▶ Task description: Reproduce the records below exactly, but only between the lines holding "f 161 159 413" and "f 318 315 6", inclusive.

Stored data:
"""

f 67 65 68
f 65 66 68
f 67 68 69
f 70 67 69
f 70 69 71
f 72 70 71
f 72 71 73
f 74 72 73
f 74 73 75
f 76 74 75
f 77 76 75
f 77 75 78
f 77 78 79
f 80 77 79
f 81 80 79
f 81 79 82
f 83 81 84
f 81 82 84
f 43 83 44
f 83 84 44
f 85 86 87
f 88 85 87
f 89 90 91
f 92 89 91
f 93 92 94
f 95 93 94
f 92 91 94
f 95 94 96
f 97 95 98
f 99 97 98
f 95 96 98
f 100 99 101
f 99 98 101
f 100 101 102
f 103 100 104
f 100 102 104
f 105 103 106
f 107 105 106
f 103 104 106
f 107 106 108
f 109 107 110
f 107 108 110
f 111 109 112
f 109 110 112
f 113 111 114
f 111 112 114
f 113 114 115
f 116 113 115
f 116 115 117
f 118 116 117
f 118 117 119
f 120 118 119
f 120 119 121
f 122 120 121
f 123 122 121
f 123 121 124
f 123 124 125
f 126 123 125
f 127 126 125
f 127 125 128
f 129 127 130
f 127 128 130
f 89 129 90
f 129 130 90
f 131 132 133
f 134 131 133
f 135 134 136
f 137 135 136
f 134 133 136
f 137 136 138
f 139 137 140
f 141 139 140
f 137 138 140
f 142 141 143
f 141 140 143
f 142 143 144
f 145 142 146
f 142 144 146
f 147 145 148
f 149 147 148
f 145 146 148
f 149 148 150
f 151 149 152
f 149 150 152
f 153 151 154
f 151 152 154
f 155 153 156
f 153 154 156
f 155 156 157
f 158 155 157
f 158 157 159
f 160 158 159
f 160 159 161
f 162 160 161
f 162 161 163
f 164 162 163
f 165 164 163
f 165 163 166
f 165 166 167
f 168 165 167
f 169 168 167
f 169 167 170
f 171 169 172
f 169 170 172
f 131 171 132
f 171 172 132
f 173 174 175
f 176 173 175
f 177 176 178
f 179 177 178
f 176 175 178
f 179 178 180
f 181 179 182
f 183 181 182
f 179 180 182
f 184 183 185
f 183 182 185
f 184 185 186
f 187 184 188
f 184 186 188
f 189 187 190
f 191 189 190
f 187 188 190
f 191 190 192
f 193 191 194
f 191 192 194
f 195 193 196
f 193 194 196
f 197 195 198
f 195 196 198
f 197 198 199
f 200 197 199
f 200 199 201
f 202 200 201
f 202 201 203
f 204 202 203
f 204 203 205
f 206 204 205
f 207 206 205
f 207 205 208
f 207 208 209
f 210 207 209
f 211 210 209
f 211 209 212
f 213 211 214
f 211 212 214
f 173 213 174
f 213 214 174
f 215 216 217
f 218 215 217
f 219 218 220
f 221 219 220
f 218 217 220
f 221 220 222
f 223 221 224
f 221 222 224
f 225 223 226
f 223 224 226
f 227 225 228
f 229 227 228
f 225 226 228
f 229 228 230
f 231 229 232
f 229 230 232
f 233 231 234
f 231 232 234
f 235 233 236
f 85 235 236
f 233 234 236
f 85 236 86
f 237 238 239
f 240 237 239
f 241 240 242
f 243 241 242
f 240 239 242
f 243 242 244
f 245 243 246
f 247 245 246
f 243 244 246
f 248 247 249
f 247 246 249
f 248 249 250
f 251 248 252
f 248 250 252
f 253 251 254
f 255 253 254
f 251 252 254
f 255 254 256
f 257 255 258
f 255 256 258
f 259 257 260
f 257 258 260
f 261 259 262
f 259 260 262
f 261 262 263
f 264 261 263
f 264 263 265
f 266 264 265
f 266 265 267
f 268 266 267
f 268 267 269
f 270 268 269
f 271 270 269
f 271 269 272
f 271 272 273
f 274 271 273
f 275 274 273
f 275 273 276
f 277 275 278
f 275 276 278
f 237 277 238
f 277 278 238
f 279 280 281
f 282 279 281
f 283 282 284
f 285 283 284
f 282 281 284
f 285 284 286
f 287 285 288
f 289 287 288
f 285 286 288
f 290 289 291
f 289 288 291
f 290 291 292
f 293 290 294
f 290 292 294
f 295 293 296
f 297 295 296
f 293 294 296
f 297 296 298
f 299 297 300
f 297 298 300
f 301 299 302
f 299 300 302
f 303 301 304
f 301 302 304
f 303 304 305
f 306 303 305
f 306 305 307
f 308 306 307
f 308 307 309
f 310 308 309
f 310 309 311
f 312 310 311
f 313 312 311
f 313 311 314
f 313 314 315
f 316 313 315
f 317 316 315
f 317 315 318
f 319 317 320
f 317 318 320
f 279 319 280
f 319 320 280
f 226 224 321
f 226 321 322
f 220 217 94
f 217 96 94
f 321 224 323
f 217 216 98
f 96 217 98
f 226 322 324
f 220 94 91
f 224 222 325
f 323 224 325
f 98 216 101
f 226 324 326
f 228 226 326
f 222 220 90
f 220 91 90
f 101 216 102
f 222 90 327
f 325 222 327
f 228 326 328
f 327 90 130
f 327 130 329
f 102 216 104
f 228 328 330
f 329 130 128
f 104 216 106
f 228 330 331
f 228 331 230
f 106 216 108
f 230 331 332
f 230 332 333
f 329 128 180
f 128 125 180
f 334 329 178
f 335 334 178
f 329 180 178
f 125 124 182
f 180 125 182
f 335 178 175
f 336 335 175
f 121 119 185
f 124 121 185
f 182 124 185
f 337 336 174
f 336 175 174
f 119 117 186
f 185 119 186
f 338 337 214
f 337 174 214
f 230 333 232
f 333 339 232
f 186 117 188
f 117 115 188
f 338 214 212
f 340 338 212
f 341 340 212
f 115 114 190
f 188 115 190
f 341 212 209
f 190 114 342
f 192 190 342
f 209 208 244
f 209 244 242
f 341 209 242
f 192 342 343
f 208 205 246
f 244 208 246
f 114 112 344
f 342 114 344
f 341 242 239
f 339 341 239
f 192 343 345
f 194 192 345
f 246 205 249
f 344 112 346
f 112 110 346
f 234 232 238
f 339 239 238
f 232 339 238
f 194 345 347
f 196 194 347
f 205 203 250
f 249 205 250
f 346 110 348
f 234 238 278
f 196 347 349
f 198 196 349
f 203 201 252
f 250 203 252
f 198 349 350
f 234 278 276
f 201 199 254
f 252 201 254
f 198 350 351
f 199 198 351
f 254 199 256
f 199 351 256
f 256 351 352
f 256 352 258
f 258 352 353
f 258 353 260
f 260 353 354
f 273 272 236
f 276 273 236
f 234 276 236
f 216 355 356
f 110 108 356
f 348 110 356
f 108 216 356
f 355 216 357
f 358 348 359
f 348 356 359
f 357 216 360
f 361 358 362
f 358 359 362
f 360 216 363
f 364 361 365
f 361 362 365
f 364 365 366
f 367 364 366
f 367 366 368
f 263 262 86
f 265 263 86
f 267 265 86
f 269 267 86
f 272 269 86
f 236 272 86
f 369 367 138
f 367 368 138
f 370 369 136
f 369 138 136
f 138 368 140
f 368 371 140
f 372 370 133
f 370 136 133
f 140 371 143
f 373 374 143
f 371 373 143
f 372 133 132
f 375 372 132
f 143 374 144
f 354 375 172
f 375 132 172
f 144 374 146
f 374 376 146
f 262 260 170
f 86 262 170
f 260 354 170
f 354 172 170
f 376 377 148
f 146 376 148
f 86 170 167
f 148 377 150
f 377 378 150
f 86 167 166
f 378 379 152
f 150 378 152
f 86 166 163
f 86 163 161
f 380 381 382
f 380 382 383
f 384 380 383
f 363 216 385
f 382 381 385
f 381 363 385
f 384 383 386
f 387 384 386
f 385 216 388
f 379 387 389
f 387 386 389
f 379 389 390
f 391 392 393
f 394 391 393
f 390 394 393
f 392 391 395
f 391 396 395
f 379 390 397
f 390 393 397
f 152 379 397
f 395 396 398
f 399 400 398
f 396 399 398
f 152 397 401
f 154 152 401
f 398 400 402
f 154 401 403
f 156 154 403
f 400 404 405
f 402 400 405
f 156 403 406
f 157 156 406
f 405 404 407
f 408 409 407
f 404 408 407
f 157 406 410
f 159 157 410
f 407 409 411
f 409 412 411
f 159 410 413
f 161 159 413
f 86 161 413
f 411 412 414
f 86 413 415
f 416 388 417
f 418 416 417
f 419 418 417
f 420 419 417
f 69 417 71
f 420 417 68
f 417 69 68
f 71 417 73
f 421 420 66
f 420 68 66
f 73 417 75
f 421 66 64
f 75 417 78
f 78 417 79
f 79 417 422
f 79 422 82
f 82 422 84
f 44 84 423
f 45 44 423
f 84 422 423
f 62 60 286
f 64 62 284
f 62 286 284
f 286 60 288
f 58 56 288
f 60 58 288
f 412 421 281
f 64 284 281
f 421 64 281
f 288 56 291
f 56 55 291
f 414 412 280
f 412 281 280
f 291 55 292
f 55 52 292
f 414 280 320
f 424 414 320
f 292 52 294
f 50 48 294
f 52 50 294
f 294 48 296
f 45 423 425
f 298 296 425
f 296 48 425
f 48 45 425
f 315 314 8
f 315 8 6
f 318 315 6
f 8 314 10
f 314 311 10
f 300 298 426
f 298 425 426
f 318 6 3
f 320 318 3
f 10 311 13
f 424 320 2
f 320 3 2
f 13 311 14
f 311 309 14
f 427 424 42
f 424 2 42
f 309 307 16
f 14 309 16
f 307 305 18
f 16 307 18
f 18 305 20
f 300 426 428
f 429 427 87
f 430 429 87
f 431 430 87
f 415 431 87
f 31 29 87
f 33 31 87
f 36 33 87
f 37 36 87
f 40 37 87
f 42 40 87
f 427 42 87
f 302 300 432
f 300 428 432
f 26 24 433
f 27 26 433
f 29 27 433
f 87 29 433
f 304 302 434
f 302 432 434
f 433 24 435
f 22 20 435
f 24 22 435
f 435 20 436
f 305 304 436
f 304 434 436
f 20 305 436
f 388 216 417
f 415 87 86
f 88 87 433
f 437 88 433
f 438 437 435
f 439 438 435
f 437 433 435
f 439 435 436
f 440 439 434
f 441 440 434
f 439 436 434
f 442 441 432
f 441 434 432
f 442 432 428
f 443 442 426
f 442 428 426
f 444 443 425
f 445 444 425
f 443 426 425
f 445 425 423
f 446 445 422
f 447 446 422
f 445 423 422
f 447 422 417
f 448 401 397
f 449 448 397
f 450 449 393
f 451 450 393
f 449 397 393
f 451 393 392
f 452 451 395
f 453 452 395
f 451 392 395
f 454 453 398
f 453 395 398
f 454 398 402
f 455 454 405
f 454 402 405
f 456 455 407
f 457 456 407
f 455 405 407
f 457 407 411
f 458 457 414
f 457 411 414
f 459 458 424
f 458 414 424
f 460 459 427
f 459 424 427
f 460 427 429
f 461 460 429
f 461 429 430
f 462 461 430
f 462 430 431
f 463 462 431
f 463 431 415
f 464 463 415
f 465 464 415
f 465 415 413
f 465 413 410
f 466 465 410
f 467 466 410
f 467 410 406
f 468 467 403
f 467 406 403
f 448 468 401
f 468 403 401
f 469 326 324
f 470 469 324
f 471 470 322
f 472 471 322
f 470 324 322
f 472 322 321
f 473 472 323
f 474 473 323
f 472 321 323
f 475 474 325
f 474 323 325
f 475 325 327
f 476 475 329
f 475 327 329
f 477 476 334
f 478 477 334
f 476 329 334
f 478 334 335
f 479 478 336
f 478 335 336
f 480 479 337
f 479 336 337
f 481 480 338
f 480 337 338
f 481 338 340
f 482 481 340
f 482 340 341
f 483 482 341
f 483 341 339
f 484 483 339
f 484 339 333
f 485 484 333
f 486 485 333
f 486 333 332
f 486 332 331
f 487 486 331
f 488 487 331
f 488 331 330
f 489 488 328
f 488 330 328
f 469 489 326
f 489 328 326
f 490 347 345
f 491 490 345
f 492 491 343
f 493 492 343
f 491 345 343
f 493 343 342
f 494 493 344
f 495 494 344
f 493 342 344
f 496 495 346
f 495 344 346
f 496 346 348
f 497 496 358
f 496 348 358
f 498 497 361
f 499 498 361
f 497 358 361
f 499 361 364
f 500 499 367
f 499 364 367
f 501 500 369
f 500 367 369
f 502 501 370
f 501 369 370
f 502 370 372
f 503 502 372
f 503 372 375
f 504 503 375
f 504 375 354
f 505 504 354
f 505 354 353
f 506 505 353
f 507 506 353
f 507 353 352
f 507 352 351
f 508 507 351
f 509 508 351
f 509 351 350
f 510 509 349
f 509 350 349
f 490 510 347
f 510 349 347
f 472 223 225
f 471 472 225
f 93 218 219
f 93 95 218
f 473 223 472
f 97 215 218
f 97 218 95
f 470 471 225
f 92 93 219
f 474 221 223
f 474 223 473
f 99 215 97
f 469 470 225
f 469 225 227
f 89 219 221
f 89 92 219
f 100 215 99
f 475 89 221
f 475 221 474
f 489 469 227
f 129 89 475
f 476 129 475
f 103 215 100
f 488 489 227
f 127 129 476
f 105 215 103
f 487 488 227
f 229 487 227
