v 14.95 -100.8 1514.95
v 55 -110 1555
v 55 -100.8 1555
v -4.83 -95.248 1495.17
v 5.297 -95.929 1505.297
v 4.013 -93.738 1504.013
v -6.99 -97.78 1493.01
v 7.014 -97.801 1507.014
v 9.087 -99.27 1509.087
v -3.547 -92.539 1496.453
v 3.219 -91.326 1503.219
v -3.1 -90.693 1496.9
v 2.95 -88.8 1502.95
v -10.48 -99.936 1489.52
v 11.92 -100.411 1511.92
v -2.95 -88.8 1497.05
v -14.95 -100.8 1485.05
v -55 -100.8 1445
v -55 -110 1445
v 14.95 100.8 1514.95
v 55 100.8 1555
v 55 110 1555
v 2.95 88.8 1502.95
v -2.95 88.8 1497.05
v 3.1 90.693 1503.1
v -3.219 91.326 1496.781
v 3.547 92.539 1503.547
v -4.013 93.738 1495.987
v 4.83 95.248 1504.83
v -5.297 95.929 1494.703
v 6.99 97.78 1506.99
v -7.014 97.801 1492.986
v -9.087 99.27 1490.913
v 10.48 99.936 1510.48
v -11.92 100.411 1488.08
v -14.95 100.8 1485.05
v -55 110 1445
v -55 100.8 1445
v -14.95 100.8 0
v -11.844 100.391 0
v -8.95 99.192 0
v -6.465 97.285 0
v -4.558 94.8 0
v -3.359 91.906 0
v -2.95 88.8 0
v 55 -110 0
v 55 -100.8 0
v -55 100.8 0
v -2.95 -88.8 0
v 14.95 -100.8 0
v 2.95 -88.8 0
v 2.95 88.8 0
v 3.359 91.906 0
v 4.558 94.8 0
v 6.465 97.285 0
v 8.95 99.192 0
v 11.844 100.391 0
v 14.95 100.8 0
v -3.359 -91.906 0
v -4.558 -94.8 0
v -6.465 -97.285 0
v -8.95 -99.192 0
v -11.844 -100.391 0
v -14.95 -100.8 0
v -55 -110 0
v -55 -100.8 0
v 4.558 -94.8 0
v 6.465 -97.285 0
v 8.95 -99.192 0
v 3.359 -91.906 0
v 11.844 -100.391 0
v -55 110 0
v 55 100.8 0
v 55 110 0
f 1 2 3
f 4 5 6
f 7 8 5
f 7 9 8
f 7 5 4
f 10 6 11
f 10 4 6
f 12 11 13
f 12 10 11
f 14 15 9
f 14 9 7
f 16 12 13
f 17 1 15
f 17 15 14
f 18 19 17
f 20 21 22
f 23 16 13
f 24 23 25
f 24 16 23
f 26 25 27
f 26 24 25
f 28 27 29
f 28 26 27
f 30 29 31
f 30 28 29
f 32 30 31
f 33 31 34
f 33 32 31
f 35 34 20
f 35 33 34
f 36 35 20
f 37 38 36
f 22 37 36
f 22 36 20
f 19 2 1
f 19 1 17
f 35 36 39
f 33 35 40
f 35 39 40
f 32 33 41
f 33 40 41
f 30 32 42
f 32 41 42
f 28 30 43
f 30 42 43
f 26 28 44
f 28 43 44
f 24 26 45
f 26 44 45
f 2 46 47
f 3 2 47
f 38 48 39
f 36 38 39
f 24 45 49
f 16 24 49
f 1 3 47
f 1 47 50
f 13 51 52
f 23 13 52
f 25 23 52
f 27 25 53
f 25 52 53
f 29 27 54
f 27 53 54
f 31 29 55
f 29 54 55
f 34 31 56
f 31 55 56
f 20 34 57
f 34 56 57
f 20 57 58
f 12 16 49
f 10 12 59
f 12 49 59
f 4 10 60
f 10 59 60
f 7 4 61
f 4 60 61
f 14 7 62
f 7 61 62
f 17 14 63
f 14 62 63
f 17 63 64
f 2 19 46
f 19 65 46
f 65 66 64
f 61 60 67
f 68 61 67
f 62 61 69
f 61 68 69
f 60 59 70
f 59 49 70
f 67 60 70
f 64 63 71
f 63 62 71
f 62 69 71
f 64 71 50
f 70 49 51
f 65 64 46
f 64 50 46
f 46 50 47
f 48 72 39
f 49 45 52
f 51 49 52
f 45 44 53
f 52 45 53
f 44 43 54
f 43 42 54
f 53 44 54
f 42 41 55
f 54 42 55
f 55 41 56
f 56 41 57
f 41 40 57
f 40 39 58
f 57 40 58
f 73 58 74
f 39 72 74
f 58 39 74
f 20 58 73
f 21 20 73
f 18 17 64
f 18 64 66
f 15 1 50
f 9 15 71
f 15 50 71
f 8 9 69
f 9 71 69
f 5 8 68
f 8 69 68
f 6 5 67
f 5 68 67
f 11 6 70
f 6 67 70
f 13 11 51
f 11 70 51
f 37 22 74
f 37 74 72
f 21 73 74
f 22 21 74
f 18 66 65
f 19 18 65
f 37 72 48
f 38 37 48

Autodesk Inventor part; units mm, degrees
ref_plane "Start plane" through (0, 0, 0) normal (0, 0, 1) x (1, 0, 0)
ref_plane "End plane" through (0, 0, 1555) normal (0, 0, 1) x (1, 0, 0)
sketch "Sketch2" plane through (0, 0, 0) normal (0, 0, 1) x (1, 0, 0)
  line L0 (-55, 100.8) -> (-14.95, 100.8)
  line L1 (-55, 110) -> (-55, 100.8)
  line L2 (55, 110) -> (-55, 110)
  line L3 (55, 100.8) -> (55, 110)
  line L4 (14.95, 100.8) -> (55, 100.8)
  line L5 (2.95, -88.8) -> (2.95, 88.8)
  line L6 (55, -100.8) -> (14.95, -100.8)
  line L7 (55, -110) -> (55, -100.8)
  line L8 (-55, -100.8) -> (-55, -110)
  line L9 (-14.95, -100.8) -> (-55, -100.8)
  line L10 (-2.95, 88.8) -> (-2.95, -88.8)
  line L11 (0, -154) -> (0, 154) construction
  line L12 (-2.95, -100.8) -> (2.95, -100.8) construction
  arc A0 (-14.95, -100.8) -> (-2.95, -88.8) centre (-14.95, -88.8) ccw
  arc A1 (-2.95, 88.8) -> (-14.95, 100.8) centre (-14.95, 88.8) ccw
  arc A2 (14.95, 100.8) -> (2.95, 88.8) centre (14.95, 88.8) ccw
  arc A3 (2.95, -88.8) -> (14.95, -100.8) centre (14.95, -88.8) ccw
  line L13 (-77, 0) -> (77, 0) construction
  line L14 (-55, -110) -> (55, -110)
  point P0 (-2.95, 100.8)
  point P1 (2.95, 100.8)
  point P2 (0, 0)
  point P3 (0, -100.8)
  point P4 (0, 0)
  dimension "d1" = 220
  dimension "d3" = 9.2
  dimension "d5" = 5.9
  dimension "d7" = 110
  dimension "d13" = 12
  dimension "d14" = 110
  dimension "d15" = 55
extrude "Body" add sketch "Sketch2" along normal up to surface (1555 mm away) from surface at 0
sketch "Sketch3" plane through (0, 0, 0) normal (0, 0, 1) x (1, 0, 0)
  line L0 (0, 0) -> (10, 0)
ref_plane "Work Plane3" through (0, 0, 0) normal (0, -1, 0) x (1, 0, 0)
ref_plane "Work Plane4" through (55, 0, 1555) normal (-0.7071, 0, 0.7071) x (0.7071, 0, 0.7071)
split "Split1" plane through (55, 0, 1555) removes the side toward (-0.7071, 0, 0.7071)
sketch "Sketch4" plane through (0, 0, 0) normal (0, -1, 0) x (1, 0, 0)
  line L0 (-2, 0) -> (12, 0) projected
  line L1 (-2, 1555) -> (12, 1555) projected
  dimension "d19" = 1555
equation "\"d1\" = ParH"
equation "\"d3\" = t2"
equation "\"d5\" = t1"
equation "\"d7\" = b"
equation "\"d13\" = R1"
equation "\"d14\" = 0.5 * d1"
equation "\"d15\" = 0.5 * d7"
equation "\"d8\" = G_L"
equation "\"b\" = 110"
equation "\"ParH\" = 220"
equation "\"R1\" = 12"
equation "\"G_L\" = d19"
equation "\"t1\" = 5.9"
equation "\"t2\" = 9.2"
equation "\"G_OFFSET_START\" = 0"
equation "\"G_OFFSET_END\" = 55"
equation "\"d17\" = G_OFFSET_END + B_L"
equation "\"B_L\" = 1500"
properties part number "DIN 1025 - IPE 220-1555" material "Steel, Mild"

"""

▶ Final answer:
f 161 159 413
f 86 161 413
f 411 412 414
f 86 413 415
f 416 388 417
f 418 416 417
f 419 418 417
f 420 419 417
f 69 417 71
f 420 417 68
f 417 69 68
f 71 417 73
f 421 420 66
f 420 68 66
f 73 417 75
f 421 66 64
f 75 417 78
f 78 417 79
f 79 417 422
f 79 422 82
f 82 422 84
f 44 84 423
f 45 44 423
f 84 422 423
f 62 60 286
f 64 62 284
f 62 286 284
f 286 60 288
f 58 56 288
f 60 58 288
f 412 421 281
f 64 284 281
f 421 64 281
f 288 56 291
f 56 55 291
f 414 412 280
f 412 281 280
f 291 55 292
f 55 52 292
f 414 280 320
f 424 414 320
f 292 52 294
f 50 48 294
f 52 50 294
f 294 48 296
f 45 423 425
f 298 296 425
f 296 48 425
f 48 45 425
f 315 314 8
f 315 8 6
f 318 315 6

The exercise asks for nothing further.